We’ve yet to get word on the fate of CNN+ original programming like chef Alison Roman’s yet-to-air cooking show. It nonetheless seems likely at least some of it will end up on Max. Customers weren’t willing to shell out for even more nonstop news, but maybe they’ll go for it as a side dish to other forms of entertainment.

Sports Waltzes Onto Disney+

Let’s close out with a more lighthearted, though still meaningful, shift. Sports, and especially live sports, have long been streaming’s final frontier. With each passing day, that frontier gets increasingly settled. Peacock partially hosted its second Olympics; Apple recently signed on for the first 12 weeks of Friday Night Baseball.
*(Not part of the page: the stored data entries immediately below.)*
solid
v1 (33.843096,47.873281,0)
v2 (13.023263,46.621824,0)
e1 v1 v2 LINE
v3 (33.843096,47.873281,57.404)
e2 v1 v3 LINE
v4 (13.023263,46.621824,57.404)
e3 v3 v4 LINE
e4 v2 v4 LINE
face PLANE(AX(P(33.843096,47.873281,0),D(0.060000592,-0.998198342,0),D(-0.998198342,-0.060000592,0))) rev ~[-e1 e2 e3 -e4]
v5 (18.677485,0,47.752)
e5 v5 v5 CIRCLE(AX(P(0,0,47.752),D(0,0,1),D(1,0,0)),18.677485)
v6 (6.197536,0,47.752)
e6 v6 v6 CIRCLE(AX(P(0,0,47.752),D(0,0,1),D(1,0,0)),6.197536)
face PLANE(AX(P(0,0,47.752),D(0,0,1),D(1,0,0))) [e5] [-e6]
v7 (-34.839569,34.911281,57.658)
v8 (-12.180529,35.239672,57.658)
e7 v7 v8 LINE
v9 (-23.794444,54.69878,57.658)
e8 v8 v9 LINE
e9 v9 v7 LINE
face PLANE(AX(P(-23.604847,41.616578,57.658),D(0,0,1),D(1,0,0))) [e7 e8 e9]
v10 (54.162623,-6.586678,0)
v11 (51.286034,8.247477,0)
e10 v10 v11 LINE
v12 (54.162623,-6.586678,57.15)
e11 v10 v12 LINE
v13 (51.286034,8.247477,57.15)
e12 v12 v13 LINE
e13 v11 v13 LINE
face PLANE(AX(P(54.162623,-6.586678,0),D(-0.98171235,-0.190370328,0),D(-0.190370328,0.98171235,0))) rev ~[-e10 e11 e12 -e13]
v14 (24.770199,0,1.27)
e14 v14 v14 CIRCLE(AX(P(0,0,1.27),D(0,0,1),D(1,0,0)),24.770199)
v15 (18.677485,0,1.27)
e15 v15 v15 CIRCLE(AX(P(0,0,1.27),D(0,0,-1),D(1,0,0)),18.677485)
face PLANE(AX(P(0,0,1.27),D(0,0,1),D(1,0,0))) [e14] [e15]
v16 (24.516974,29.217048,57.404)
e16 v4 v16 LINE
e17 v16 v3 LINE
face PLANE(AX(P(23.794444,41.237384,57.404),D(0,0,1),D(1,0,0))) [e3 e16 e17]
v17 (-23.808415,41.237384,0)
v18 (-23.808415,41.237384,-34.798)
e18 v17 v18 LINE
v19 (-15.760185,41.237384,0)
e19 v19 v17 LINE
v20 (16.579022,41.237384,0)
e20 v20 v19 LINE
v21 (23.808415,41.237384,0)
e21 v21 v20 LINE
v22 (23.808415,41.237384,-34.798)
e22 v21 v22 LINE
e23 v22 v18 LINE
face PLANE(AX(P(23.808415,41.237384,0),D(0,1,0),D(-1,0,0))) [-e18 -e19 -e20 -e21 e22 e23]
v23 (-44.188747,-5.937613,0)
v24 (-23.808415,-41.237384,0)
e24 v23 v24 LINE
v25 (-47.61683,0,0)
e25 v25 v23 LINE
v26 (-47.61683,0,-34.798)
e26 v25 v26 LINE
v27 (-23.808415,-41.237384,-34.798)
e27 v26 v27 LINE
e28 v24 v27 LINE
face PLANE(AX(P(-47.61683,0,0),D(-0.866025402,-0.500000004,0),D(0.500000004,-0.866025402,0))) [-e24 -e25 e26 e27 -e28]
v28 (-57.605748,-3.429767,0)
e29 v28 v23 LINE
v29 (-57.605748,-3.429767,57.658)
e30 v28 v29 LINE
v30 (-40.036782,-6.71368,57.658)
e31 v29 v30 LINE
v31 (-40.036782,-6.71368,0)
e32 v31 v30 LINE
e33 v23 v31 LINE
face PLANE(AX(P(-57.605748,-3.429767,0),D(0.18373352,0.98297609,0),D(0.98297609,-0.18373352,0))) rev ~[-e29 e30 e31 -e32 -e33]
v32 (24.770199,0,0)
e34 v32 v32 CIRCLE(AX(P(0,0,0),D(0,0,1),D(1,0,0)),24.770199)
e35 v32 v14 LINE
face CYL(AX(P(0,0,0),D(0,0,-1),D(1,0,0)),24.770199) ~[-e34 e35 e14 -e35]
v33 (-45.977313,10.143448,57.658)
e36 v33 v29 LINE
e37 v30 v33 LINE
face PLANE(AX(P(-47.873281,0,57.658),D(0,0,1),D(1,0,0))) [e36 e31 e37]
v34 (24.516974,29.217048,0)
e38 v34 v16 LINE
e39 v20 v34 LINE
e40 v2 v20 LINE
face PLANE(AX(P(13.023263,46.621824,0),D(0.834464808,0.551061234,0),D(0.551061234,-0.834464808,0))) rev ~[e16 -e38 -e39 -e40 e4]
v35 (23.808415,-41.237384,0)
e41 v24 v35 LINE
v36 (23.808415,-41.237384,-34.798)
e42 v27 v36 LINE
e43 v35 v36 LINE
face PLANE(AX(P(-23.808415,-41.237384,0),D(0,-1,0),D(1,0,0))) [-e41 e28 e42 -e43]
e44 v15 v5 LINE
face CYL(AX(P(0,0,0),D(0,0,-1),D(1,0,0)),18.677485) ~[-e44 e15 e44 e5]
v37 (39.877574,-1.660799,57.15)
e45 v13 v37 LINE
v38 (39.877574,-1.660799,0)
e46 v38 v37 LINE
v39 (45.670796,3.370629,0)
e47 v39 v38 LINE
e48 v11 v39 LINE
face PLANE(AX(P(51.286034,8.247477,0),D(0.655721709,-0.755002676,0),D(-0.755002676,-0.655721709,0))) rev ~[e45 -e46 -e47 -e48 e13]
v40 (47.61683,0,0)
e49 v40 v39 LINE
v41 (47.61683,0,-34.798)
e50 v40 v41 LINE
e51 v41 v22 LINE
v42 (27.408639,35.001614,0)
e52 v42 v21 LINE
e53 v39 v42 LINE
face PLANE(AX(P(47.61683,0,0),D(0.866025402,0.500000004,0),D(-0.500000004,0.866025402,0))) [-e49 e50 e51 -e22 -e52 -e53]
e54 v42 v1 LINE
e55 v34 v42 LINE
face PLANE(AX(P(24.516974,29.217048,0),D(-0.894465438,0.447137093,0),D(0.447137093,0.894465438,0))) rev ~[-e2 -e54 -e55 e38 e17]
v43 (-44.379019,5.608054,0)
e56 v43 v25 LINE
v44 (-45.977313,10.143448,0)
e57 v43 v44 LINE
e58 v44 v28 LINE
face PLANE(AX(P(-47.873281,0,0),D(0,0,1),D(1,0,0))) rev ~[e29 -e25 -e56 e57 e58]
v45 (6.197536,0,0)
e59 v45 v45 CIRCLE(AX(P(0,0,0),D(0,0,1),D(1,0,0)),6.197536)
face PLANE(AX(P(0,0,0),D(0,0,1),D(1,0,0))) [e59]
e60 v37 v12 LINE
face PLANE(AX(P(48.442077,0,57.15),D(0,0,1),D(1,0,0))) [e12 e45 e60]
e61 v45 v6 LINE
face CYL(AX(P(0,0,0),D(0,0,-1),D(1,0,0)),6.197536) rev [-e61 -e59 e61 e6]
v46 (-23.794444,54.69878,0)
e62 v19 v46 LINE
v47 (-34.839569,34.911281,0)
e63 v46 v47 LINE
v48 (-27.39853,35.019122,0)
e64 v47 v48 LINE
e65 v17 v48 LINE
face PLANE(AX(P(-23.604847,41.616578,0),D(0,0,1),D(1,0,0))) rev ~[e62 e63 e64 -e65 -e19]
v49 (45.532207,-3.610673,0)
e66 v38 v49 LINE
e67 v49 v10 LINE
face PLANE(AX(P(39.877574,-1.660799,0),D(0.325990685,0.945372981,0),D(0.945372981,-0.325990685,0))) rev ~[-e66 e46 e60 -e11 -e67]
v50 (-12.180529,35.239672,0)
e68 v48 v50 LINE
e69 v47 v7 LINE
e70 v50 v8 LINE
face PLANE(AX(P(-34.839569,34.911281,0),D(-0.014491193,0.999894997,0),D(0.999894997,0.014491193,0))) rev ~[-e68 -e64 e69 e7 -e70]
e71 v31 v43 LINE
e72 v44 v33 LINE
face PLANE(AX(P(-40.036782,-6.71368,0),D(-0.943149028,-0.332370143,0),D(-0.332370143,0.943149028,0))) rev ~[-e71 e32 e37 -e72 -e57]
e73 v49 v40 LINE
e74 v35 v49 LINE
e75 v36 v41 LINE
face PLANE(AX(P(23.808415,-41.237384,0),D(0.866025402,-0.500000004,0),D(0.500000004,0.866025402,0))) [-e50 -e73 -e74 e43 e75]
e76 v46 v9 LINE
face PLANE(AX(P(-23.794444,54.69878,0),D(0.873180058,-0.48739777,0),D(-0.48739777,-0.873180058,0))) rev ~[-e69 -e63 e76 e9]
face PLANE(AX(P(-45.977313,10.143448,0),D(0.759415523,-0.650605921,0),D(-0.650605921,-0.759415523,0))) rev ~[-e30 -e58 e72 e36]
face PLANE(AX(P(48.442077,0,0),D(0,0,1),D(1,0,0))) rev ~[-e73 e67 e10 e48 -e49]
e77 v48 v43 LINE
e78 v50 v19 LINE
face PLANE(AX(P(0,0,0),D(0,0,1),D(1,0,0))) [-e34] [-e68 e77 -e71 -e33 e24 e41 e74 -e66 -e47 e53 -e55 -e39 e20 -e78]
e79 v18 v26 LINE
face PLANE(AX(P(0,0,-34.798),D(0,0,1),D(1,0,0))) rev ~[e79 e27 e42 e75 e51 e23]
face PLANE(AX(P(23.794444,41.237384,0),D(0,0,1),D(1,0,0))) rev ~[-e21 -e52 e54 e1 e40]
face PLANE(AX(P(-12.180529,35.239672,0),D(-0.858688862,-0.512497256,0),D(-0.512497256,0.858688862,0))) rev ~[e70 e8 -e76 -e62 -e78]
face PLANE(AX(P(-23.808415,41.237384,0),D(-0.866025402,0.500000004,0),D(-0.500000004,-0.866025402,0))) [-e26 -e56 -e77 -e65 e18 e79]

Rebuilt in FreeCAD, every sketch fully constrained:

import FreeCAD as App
import Part
import Sketcher
from FreeCAD import Vector
Q = App.Units.Quantity


def add_polygon(sketch, points):
    """Adds a closed chain of lines whose ends are joined by coincident constraints."""
    first, n = sketch.GeometryCount, len(points)
    for a, b in zip(points, points[1:] + points[:1]):
        sketch.addGeometry(Part.LineSegment(App.Vector(*a, 0), App.Vector(*b, 0)), False)
    for i in range(n):
        sketch.addConstraint(Sketcher.Constraint("Coincident", first + i, 2, first + (i + 1) % n, 1))

doc = App.newDocument("Part")
body = doc.addObject("PartDesign::Body", "Body")

sketch1 = body.newObject("Sketcher::SketchObject", "Sketch")
sketch1.AttachmentSupport = (doc.getObject("XY_Plane"), [""])
sketch1.MapMode = "FlatFace"
sketch1.addGeometry([
    Part.Circle(Vector(0, 0, 0), Vector(0, 0, 1), 18.677485),
    Part.Circle(Vector(0, 0, 0), Vector(0, 0, 1), 6.197536),
], False)
sketch1.addConstraint([
    Sketcher.Constraint("Coincident", 0, 3, -1, 1),
    Sketcher.Constraint("Coincident", 1, 3, -1, 1),
    Sketcher.Constraint("Diameter", 0, Q("37.35497 mm")),
    Sketcher.Constraint("Diameter", 1, Q("12.395072 mm")),
])
pad1 = body.newObject("PartDesign::Pad", "Pad")
pad1.Profile = sketch1
pad1.Length = Q("1.88 in")

sketch2 = body.newObject("Sketcher::SketchObject", "Sketch001")
sketch2.AttachmentSupport = (doc.getObject("XY_Plane"), [""])
sketch2.MapMode = "FlatFace"
add_polygon(sketch2, [(23.808415, 41.237384), (-23.808415, 41.237384), (-47.61683, 0), (-23.808415, -41.237384), (23.808415, -41.237384), (47.61683, 0)])
sketch2.addConstraint([
    Sketcher.Constraint("Horizontal", 0),
    Sketcher.Constraint("Horizontal", 3),
    Sketcher.Constraint("Symmetric", 0, 2, 3, 2, -1, 1),
    Sketcher.Constraint("Symmetric", 1, 2, 4, 2, -1, 1),
    Sketcher.Constraint("PointOnObject", 1, 2, -1),
    Sketcher.Constraint("Parallel", 2, 5),
    Sketcher.Constraint("Vertical", 0, 2, 2, 2),
    Sketcher.Constraint("Angle", 1, Q("-120 deg")),
    Sketcher.Constraint("DistanceX", 0, 2, 0, 1, Q("47.61683 mm")),
    Sketcher.Constraint("Distance", 1, Q("47.61683 mm")),
])
pad2 = body.newObject("PartDesign::Pad", "Pad001")
pad2.Profile = sketch2
pad2.Length = Q("1.37 in")
pad2.Reversed = True

sketch3 = body.newObject("Sketcher::SketchObject", "Sketch002")
sketch3.AttachmentSupport = (doc.getObject("XY_Plane"), [""])
sketch3.MapMode = "FlatFace"
sketch3.addGeometry([
    Part.Circle(Vector(0, 0, 0), Vector(0, 0, 1), 24.770199),
    Part.Circle(Vector(0, 0, 0), Vector(0, 0, 1), 12.651261),
], False)
sketch3.addConstraint([
    Sketcher.Constraint("Coincident", 0, 3, -1, 1),
    Sketcher.Constraint("Coincident", 1, 3, -1, 1),
    Sketcher.Constraint("Diameter", 0, Q("49.540398 mm")),
    Sketcher.Constraint("Diameter", 1, Q("25.302522 mm")),
])
pad3 = body.newObject("PartDesign::Pad", "Pad002")
pad3.Profile = sketch3
pad3.Length = Q("0.05 in")

sketch4 = body.newObject("Sketcher::SketchObject", "Sketch003")
sketch4.AttachmentSupport = (doc.getObject("XY_Plane"), [""])
sketch4.MapMode = "FlatFace"
add_polygon(sketch4, [(-12.180529, 35.239672), (-23.794444, 54.69878), (-34.839569, 34.911281)])
sketch4.addConstraint([
    Sketcher.Constraint("Equal", 0, 1),
    Sketcher.Constraint("Equal", 1, 2),
    Sketcher.Constraint("DistanceY", 1, 2, 0, 2, Q("19.787499 mm")),
    Sketcher.Constraint("Distance", 0, Q("22.661419 mm")),
    Sketcher.Constraint("DistanceY", -1, 1, 0, 2, Q("54.69878 mm")),
    Sketcher.Constraint("DistanceX", 1, 2, -1, 1, Q("34.839569 mm")),
])
pad4 = body.newObject("PartDesign::Pad", "Pad003")
pad4.Profile = sketch4
pad4.Length = Q("2.27 in")

sketch5 = body.newObject("Sketcher::SketchObject", "Sketch004")
sketch5.AttachmentSupport = (doc.getObject("XY_Plane"), [""])
sketch5.MapMode = "FlatFace"
add_polygon(sketch5, [(24.516974, 29.217048), (33.843096, 47.873281), (13.023263, 46.621824)])
sketch5.addConstraint([
    Sketcher.Constraint("Equal", 0, 1),
    Sketcher.Constraint("Equal", 1, 2),
    Sketcher.Constraint("Distance", 0, Q("20.857411 mm")),
    Sketcher.Constraint("DistanceY", -1, 1, 0, 2, Q("47.873281 mm")),
    Sketcher.Constraint("DistanceX", 1, 2, 2, 2, Q("11.493711 mm")),
    Sketcher.Constraint("DistanceX", -1, 1, 0, 2, Q("33.843096 mm")),
])
pad5 = body.newObject("PartDesign::Pad", "Pad004")
pad5.Profile = sketch5
pad5.Length = Q("2.26 in")

sketch6 = body.newObject("Sketcher::SketchObject", "Sketch005")
sketch6.AttachmentSupport = (doc.getObject("XY_Plane"), [""])
sketch6.MapMode = "FlatFace"
add_polygon(sketch6, [(-40.036782, -6.71368), (-45.977313, 10.143448), (-57.605748, -3.429767)])
sketch6.addConstraint([
    Sketcher.Constraint("Equal", 0, 1),
    Sketcher.Constraint("Equal", 1, 2),
    Sketcher.Constraint("Distance", 0, Q("17.873239 mm")),
    Sketcher.Constraint("DistanceY", 2, 2, -1, 1, Q("6.71368 mm")),
    Sketcher.Constraint("DistanceX", 0, 2, 2, 2, Q("5.940531 mm")),
    Sketcher.Constraint("DistanceX", 0, 2, -1, 1, Q("45.977313 mm")),
])
pad6 = body.newObject("PartDesign::Pad", "Pad005")
pad6.Profile = sketch6
pad6.Length = Q("2.27 in")

sketch7 = body.newObject("Sketcher::SketchObject", "Sketch006")
sketch7.AttachmentSupport = (doc.getObject("XY_Plane"), [""])
sketch7.MapMode = "FlatFace"
add_polygon(sketch7, [(54.162623, -6.586678), (51.286034, 8.247477), (39.877574, -1.660799)])
sketch7.addConstraint([
    Sketcher.Constraint("Equal", 0, 1),
    Sketcher.Constraint("Equal", 1, 2),
    Sketcher.Constraint("DistanceY", 1, 2, -1, 1, Q("1.660799 mm")),
    Sketcher.Constraint("Distance", 0, Q("15.11049 mm")),
    Sketcher.Constraint("DistanceX", 1, 2, 0, 2, Q("11.40846 mm")),
    Sketcher.Constraint("DistanceX", -1, 1, 0, 2, Q("51.286034 mm")),
])
pad7 = body.newObject("PartDesign::Pad", "Pad006")
pad7.Profile = sketch7
pad7.Length = Q("2.25 in")

doc.recompute()
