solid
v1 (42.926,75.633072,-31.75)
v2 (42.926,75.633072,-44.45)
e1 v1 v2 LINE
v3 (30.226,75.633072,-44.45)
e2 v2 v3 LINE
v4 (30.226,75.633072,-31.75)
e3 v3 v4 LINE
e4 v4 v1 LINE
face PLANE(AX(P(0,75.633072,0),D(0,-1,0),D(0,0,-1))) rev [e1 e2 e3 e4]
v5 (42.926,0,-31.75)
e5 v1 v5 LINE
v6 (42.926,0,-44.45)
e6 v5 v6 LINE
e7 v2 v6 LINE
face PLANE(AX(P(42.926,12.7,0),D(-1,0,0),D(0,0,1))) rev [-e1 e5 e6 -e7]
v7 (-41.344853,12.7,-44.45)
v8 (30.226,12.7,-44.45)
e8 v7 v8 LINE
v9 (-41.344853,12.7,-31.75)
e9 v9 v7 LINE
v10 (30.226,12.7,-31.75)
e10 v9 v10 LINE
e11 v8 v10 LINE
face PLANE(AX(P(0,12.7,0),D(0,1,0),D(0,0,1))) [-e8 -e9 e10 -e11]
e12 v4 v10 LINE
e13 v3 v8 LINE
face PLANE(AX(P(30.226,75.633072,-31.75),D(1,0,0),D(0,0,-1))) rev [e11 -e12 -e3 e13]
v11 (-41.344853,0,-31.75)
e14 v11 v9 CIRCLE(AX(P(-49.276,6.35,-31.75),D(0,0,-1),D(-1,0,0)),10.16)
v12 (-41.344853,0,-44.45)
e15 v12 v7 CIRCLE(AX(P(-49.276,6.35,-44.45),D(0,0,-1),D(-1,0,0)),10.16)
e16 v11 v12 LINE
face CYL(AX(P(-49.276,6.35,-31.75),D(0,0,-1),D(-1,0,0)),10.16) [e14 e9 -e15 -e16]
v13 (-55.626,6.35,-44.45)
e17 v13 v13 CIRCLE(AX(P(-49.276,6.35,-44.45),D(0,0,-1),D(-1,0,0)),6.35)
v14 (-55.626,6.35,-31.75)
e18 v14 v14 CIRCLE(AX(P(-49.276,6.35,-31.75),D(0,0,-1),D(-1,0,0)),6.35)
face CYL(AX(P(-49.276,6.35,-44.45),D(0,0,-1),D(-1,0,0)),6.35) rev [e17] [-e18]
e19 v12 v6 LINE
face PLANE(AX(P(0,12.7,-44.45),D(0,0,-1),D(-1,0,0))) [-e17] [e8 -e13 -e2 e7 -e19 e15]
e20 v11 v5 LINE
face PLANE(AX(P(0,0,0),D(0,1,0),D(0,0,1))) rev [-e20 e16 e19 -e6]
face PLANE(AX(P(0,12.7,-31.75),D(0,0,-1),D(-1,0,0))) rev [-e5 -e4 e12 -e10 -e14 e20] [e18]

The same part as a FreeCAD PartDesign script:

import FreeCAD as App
import Part
import Sketcher

V = App.Vector
Q = App.Units.Quantity

doc = App.newDocument("Part")
params = doc.addObject("Spreadsheet::Sheet", "Params")
for row, (alias, value) in enumerate([
    ("sketch1_height", "0.5 in"),
    ("sketch1_width", "3.38 in"),
    ("pad1_length", "0.5 in"),
    ("sketch2_width", "0.5 in"),
    ("pad2_length", "62.933072 mm"),
    ("sketch3_diameter", "0.8 in"),
    ("pad3_length", "0.5 in"),
    ("sketch4_diameter", "0.5 in"),
    ("hole_diameter", "0.5 in"),
], start=1):
    params.set(f"A{row}", alias)
    params.set(f"B{row}", "=" + value)
    params.setAlias(f"B{row}", alias)

body = doc.addObject("PartDesign::Body", "Body")

# Sketch on XZ plane
sketch1 = body.newObject("Sketcher::SketchObject", "Sketch")
sketch1.AttachmentSupport = (doc.getObject("XZ_Plane"), [""])
sketch1.MapMode = "FlatFace"
sketch1.addGeometry([
    Part.LineSegment(V(-43, -44, 0), V(-43, -32, 0)),
    Part.LineSegment(V(-43, -32, 0), V(43, -32, 0)),
    Part.LineSegment(V(43, -32, 0), V(43, -44, 0)),
    Part.LineSegment(V(43, -44, 0), V(-43, -44, 0)),
], False)
sketch1.addConstraint([
    Sketcher.Constraint("Coincident", 0, 2, 1, 1),
    Sketcher.Constraint("Coincident", 1, 2, 2, 1),
    Sketcher.Constraint("Coincident", 2, 2, 3, 1),
    Sketcher.Constraint("Coincident", 3, 2, 0, 1),
    Sketcher.Constraint("Vertical", 0),
    Sketcher.Constraint("Horizontal", 1),
    Sketcher.Constraint("Vertical", 2),
    Sketcher.Constraint("Horizontal", 3),
    Sketcher.Constraint("DistanceY", 0, 1, 0, 2, Q("0.5 in")),
    Sketcher.Constraint("DistanceX", 1, 1, 1, 2, Q("3.38 in")),
    Sketcher.Constraint("DistanceX", 0, 2, -1, 1, Q("1.69 in")),
    Sketcher.Constraint("DistanceY", 0, 2, -1, 1, Q("1.25 in")),
])
sketch1.setExpression("Constraints[8]", "Params.sketch1_height")
sketch1.setExpression("Constraints[9]", "Params.sketch1_width")
pad1 = body.newObject("PartDesign::Pad", "Pad")
pad1.Profile = sketch1
pad1.setExpression("Length", "Params.pad1_length")
pad1.Reversed = True

# Sketch on XZ plane
sketch2 = body.newObject("Sketcher::SketchObject", "Sketch001")
sketch2.AttachmentSupport = (doc.getObject("XZ_Plane"), [""])
sketch2.MapMode = "FlatFace"
sketch2.AttachmentOffset = App.Placement(V(0, 0, -0.5 * 25.4), App.Rotation())
sketch2.addGeometry([
    Part.LineSegment(V(30, -44, 0), V(30, -32, 0)),
    Part.LineSegment(V(30, -32, 0), V(43, -32, 0)),
    Part.LineSegment(V(43, -32, 0), V(43, -44, 0)),
    Part.LineSegment(V(43, -44, 0), V(30, -44, 0)),
], False)
sketch2.addConstraint([
    Sketcher.Constraint("Coincident", 0, 2, 1, 1),
    Sketcher.Constraint("Coincident", 1, 2, 2, 1),
    Sketcher.Constraint("Coincident", 2, 2, 3, 1),
    Sketcher.Constraint("Coincident", 3, 2, 0, 1),
    Sketcher.Constraint("Vertical", 0),
    Sketcher.Constraint("Horizontal", 1),
    Sketcher.Constraint("Vertical", 2),
    Sketcher.Constraint("Horizontal", 3),
    Sketcher.Constraint("Equal", 3, 0),
    Sketcher.Constraint("DistanceX", 1, 1, 1, 2, Q("0.5 in")),
    Sketcher.Constraint("DistanceX", -1, 1, 0, 2, Q("1.19 in")),
    Sketcher.Constraint("DistanceY", 0, 2, -1, 1, Q("1.25 in")),
])
sketch2.setExpression("Constraints[9]", "Params.sketch2_width")
pad2 = body.newObject("PartDesign::Pad", "Pad001")
pad2.Profile = sketch2
pad2.setExpression("Length", "Params.pad2_length")
pad2.Reversed = True

# Sketch on XY plane
sketch3 = body.newObject("Sketcher::SketchObject", "Sketch002")
sketch3.AttachmentSupport = (doc.getObject("XY_Plane"), [""])
sketch3.MapMode = "FlatFace"
sketch3.AttachmentOffset = App.Placement(V(0, 0, -1.75 * 25.4), App.Rotation())
sketch3.addGeometry(Part.Circle(V(-49, 6, 0), V(0, 0, 1), 10), False)
sketch3.addConstraint([
    Sketcher.Constraint("Diameter", 0, Q("0.8 in")),
    Sketcher.Constraint("DistanceX", 0, 3, -1, 1, Q("1.94 in")),
    Sketcher.Constraint("DistanceY", -1, 1, 0, 3, Q("0.25 in")),
])
sketch3.setExpression("Constraints[0]", "Params.sketch3_diameter")
pad3 = body.newObject("PartDesign::Pad", "Pad002")
pad3.Profile = sketch3
pad3.setExpression("Length", "Params.pad3_length")

# Sketch on XY plane
sketch4 = body.newObject("Sketcher::SketchObject", "Sketch003")
sketch4.AttachmentSupport = (doc.getObject("XY_Plane"), [""])
sketch4.MapMode = "FlatFace"
sketch4.AttachmentOffset = App.Placement(V(0, 0, -1.75 * 25.4), App.Rotation())
sketch4.addGeometry(Part.Circle(V(-49, 6, 0), V(0, 0, 1), 6), False)
sketch4.addConstraint([
    Sketcher.Constraint("Diameter", 0, Q("0.5 in")),
    Sketcher.Constraint("DistanceX", 0, 3, -1, 1, Q("1.94 in")),
    Sketcher.Constraint("DistanceY", -1, 1, 0, 3, Q("0.25 in")),
])
sketch4.setExpression("Constraints[0]", "Params.sketch4_diameter")
doc.recompute()
hole = body.newObject("PartDesign::Hole", "Hole")
hole.Profile = sketch4
hole.ThreadType = "None"
hole.setExpression("Diameter", "Params.hole_diameter")
hole.DepthType = "ThroughAll"
hole.Reversed = True

doc.recompute()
Tim Cook’s kingdom is also reportedly in contention for the NFL’s Sunday Ticket.

Held up against these blockbuster deals, Disney’s decision to internally shuffle Dancing With the Stars from ABC to Disney+ barely registered as news. Frankly, Dancing With the Stars barely registers to most people as sports, but it’s a live competition of athleticism and grace—what else do you call it? Still, the move is a telling indication of how Disney plans to diversify its wholly owned, international streaming service. (Hulu is technically still split with Comcast for another few years, and is available only in the U.S.)

Disney is no stranger to the intersection of streaming and sports, or the importance the latter can have to a fledgling product; its Indian edition, Disney+ Hotstar, features cricket from the Indian Premier League, which helped it gain a foothold on the subcontinent. Dancing With the Stars is more targeted, and speaks to how its parent company wants to expand the reach of Disney+ beyond the families and franchise fandoms who make up its core constituencies.

If you’re tuning in for Marvel or Star Wars or Pixar, chances are you’ve already signed up for Disney+. But Dancing With the Stars caters to an older audience, who Disney hopes it can lure onto streaming and help round out Disney+’s demographics. Like the internal consolidation within Warner Bros. Discovery, the decision goes to show just how much entertainment companies are coming to value four-quadrant appeal. There’s only so far you can get when engaging with only young viewers. Much like Peter Jackson’s Get Back, Dancing With the Stars signals how serious Disney+ is about proving it isn’t just for kids. Let the games begin—or rather, continue.